**TASK**
Repeat, exactly as written, the lines of the records below from the first through the line with "f 145 278 277", but none past it.

Saved entries:
———

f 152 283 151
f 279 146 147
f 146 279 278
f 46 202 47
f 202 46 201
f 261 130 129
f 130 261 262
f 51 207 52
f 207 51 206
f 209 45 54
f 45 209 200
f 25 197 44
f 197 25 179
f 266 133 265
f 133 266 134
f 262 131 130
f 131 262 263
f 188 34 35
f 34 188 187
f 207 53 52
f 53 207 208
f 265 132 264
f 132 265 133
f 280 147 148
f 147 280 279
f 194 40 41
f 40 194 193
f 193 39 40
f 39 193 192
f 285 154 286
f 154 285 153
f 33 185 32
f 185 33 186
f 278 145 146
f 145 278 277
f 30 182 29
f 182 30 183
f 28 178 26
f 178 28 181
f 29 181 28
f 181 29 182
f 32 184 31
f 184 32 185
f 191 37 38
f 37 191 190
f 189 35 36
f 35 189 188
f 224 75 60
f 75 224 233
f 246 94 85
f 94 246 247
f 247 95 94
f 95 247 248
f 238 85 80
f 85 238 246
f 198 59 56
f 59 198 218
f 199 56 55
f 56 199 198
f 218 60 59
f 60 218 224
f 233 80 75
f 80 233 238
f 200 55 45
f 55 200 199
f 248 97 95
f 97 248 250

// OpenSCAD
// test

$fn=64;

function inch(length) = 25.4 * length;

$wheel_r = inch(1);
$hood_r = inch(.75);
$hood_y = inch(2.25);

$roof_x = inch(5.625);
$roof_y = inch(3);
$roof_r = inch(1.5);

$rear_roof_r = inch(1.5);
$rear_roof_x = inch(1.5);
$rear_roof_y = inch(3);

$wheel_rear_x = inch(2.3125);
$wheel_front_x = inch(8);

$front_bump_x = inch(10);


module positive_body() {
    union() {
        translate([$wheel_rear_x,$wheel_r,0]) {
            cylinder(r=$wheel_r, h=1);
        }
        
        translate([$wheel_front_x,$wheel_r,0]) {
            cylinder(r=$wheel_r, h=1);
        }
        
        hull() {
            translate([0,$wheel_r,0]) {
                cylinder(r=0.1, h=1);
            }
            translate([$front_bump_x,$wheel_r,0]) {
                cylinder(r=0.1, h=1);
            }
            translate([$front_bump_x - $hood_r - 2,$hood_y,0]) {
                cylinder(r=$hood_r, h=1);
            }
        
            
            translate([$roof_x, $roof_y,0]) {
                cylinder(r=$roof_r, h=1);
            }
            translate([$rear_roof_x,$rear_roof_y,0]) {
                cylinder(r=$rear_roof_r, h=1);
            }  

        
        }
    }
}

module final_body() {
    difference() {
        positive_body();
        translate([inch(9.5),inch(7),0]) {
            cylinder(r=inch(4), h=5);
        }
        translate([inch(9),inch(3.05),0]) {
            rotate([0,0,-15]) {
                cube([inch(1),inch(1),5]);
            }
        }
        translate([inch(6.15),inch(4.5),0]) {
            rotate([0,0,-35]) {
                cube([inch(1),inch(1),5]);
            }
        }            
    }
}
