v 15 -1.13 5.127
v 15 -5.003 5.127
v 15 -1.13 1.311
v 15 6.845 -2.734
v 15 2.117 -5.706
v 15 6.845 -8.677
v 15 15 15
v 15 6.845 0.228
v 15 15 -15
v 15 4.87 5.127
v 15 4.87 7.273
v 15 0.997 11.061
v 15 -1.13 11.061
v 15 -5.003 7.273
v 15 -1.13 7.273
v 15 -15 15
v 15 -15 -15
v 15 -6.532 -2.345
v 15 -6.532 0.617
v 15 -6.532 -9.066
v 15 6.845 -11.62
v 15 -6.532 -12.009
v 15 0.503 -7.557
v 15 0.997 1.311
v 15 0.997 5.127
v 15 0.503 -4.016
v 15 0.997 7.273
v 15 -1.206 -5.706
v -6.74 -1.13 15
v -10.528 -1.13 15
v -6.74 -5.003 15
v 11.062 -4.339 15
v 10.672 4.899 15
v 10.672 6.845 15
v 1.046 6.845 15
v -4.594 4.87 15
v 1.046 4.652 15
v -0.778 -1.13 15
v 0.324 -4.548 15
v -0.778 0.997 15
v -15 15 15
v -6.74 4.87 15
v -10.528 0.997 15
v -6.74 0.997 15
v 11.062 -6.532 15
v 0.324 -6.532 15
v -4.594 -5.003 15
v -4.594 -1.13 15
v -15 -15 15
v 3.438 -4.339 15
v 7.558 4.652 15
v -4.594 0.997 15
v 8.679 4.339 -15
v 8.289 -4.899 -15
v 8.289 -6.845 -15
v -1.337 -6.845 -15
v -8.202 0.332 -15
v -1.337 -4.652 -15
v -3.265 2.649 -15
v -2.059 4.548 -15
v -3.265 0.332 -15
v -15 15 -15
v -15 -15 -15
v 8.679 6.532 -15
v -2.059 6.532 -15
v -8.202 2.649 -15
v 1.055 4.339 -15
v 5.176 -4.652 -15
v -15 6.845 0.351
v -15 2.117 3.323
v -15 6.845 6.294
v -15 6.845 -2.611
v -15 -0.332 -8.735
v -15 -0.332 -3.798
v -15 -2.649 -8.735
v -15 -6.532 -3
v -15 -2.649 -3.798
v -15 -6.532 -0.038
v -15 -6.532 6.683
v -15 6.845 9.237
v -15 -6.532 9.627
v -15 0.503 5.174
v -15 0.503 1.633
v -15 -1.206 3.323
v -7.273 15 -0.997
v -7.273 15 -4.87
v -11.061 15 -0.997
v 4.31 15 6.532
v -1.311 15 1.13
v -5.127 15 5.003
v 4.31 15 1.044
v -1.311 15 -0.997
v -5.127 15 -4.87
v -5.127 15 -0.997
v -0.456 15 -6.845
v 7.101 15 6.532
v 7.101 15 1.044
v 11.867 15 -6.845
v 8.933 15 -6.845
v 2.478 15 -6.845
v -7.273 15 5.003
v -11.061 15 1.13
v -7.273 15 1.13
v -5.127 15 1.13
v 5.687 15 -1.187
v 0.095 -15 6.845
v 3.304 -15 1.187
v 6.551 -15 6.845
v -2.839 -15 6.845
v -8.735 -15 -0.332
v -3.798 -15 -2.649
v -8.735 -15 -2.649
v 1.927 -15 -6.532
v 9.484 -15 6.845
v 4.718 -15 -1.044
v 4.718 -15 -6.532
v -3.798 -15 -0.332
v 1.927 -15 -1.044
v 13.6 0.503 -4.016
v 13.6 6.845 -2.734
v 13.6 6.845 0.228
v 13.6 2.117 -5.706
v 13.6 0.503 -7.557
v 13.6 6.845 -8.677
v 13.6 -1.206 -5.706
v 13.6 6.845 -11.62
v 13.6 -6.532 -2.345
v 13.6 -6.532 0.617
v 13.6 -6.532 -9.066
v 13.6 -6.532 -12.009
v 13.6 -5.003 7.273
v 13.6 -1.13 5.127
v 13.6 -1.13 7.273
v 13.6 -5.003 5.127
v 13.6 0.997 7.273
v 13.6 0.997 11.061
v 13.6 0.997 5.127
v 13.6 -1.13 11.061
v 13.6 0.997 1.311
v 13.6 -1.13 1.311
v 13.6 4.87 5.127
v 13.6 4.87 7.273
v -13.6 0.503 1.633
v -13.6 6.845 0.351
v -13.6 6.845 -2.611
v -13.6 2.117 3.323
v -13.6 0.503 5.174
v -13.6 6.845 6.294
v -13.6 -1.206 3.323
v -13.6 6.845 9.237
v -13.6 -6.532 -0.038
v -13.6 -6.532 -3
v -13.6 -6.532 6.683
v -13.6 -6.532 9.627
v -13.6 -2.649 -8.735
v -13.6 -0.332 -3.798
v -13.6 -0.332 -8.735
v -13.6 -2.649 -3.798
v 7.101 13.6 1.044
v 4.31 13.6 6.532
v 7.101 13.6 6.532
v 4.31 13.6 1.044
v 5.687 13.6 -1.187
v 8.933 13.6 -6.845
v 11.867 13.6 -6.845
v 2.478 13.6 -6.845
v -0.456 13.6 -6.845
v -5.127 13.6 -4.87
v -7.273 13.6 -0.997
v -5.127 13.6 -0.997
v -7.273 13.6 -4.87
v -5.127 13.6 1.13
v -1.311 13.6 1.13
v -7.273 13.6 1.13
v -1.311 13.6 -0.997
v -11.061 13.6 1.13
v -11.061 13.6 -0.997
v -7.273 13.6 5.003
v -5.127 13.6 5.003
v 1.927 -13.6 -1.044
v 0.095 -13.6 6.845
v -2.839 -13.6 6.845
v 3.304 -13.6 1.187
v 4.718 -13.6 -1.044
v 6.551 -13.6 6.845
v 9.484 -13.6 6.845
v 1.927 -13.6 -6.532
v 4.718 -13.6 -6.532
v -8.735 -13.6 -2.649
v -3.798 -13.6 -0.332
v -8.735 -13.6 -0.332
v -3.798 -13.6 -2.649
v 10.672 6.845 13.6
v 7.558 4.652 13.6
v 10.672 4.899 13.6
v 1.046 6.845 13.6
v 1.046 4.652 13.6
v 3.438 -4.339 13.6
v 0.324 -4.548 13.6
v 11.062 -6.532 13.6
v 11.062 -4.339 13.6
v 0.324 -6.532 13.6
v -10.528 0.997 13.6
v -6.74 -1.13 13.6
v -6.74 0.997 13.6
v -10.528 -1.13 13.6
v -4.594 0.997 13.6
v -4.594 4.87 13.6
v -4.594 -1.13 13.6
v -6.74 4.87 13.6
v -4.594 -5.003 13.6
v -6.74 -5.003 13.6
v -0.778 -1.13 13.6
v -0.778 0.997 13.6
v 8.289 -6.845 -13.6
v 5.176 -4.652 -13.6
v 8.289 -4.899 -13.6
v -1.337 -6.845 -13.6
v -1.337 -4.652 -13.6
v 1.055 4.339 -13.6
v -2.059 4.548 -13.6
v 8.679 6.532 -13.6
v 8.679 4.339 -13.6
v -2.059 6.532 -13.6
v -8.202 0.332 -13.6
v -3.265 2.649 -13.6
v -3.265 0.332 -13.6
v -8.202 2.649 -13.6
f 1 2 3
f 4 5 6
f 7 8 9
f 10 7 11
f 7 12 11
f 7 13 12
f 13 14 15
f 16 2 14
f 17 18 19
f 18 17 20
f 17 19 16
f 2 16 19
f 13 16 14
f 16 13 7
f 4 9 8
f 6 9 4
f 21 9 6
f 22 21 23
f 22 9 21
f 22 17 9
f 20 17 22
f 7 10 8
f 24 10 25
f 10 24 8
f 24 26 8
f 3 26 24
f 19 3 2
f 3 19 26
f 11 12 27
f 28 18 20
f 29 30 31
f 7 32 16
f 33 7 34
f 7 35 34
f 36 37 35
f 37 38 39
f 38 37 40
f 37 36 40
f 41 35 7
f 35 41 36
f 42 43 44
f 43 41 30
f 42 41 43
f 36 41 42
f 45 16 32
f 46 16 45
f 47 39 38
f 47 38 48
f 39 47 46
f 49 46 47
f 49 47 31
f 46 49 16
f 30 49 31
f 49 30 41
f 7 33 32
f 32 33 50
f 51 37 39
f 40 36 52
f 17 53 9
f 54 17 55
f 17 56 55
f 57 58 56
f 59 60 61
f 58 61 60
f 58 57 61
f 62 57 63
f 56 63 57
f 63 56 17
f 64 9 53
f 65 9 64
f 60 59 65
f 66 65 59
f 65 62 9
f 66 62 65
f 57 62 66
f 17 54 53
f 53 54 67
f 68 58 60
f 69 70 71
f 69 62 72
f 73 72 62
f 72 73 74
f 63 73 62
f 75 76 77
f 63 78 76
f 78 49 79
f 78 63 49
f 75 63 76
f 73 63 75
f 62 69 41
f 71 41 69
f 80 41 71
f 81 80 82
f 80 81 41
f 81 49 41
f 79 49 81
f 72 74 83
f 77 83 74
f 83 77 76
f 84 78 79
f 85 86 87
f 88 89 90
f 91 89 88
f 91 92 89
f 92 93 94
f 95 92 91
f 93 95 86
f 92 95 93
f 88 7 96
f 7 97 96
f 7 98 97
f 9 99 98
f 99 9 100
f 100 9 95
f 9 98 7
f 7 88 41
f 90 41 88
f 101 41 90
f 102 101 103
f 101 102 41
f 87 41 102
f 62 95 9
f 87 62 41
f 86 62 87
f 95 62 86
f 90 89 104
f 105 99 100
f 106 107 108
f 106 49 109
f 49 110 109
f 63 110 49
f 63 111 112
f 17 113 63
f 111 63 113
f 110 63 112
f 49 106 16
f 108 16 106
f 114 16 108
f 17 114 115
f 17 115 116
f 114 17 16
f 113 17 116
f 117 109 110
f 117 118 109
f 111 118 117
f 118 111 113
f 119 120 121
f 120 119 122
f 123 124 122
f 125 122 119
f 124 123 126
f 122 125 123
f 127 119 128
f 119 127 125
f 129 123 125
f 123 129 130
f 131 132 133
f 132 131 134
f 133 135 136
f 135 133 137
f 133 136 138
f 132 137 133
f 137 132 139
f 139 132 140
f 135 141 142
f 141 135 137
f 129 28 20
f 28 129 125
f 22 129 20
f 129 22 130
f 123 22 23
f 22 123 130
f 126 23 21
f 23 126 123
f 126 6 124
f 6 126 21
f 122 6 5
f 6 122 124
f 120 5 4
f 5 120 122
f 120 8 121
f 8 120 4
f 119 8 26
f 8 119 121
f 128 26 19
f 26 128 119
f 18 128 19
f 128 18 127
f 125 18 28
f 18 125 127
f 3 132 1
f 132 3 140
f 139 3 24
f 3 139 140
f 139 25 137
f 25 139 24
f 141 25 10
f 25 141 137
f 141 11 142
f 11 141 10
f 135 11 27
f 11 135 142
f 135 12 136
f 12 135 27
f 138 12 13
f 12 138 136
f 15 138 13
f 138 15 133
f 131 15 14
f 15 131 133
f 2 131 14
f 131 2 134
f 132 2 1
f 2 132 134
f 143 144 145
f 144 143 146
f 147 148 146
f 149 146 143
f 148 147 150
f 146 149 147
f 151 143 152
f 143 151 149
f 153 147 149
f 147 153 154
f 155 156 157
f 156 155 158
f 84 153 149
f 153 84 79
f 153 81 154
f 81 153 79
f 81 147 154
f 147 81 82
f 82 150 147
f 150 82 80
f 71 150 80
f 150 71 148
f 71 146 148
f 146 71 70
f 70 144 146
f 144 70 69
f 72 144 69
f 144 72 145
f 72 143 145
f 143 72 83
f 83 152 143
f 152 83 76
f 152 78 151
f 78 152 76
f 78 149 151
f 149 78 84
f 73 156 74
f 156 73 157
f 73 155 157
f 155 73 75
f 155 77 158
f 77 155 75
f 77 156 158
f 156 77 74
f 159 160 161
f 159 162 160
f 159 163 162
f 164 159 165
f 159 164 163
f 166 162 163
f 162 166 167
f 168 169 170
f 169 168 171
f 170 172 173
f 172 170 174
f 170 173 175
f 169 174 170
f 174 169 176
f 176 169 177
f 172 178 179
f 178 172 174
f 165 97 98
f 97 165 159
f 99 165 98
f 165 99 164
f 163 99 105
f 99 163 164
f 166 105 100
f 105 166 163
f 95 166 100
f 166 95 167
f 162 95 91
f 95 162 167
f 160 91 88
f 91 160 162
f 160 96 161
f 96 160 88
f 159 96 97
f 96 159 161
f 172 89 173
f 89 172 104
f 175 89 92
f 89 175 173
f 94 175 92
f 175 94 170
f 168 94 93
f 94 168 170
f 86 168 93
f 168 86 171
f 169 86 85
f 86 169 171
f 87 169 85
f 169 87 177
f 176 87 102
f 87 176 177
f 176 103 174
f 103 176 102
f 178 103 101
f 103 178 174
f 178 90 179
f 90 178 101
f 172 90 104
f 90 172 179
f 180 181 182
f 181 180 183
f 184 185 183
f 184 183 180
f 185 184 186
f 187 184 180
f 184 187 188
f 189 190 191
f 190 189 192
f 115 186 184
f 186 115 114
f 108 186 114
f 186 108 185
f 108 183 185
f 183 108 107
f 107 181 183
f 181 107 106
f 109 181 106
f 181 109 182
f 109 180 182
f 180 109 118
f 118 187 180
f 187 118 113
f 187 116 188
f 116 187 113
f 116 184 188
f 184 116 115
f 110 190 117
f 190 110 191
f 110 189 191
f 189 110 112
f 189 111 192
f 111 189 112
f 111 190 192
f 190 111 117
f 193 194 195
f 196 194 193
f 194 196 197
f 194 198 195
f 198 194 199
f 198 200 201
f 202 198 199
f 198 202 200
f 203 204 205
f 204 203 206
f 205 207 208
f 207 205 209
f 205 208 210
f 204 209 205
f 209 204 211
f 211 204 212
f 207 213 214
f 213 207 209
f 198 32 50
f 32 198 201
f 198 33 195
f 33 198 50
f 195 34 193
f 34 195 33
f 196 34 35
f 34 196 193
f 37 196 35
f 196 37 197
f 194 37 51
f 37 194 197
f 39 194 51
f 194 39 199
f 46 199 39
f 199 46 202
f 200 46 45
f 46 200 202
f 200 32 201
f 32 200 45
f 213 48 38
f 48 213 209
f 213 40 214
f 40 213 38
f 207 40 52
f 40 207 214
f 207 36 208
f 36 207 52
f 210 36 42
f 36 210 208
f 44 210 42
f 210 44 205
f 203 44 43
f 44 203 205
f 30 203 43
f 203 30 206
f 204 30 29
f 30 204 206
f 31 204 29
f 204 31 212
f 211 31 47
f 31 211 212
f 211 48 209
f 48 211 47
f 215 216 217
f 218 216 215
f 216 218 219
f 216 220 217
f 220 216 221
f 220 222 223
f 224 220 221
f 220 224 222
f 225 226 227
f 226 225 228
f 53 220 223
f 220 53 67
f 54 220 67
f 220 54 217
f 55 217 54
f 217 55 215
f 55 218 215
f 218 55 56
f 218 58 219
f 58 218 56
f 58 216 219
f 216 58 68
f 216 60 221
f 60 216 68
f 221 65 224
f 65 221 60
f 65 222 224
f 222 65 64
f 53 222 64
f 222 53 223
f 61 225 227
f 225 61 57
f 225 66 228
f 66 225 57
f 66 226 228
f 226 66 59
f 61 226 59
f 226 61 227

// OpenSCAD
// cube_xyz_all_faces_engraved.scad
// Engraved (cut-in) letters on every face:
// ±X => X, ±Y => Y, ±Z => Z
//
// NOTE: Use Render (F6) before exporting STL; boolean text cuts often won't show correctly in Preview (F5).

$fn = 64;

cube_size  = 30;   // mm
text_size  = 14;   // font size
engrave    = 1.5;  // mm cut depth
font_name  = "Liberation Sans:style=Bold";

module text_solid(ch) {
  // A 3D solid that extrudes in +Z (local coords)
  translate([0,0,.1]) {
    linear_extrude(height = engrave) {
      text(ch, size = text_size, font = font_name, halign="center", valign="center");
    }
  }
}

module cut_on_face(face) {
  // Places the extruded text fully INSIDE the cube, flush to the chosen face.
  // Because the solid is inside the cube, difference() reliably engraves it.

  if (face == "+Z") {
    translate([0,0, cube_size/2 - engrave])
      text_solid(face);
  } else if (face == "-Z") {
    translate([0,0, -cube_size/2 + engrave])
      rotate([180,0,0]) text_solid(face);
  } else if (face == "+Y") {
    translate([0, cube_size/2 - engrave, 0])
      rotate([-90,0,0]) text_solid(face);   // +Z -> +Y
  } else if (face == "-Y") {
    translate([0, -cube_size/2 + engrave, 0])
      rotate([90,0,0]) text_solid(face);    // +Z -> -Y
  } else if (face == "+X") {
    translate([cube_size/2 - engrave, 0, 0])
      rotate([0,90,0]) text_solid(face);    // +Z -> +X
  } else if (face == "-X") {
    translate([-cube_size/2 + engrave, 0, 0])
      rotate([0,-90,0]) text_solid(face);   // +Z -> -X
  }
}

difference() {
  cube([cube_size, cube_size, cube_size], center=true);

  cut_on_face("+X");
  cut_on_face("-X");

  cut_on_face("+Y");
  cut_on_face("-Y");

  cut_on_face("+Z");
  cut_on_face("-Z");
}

———

**WORKED SOLUTION**
f 152 283 151
f 279 146 147
f 146 279 278
f 46 202 47
f 202 46 201
f 261 130 129
f 130 261 262
f 51 207 52
f 207 51 206
f 209 45 54
f 45 209 200
f 25 197 44
f 197 25 179
f 266 133 265
f 133 266 134
f 262 131 130
f 131 262 263
f 188 34 35
f 34 188 187
f 207 53 52
f 53 207 208
f 265 132 264
f 132 265 133
f 280 147 148
f 147 280 279
f 194 40 41
f 40 194 193
f 193 39 40
f 39 193 192
f 285 154 286
f 154 285 153
f 33 185 32
f 185 33 186
f 278 145 146
f 145 278 277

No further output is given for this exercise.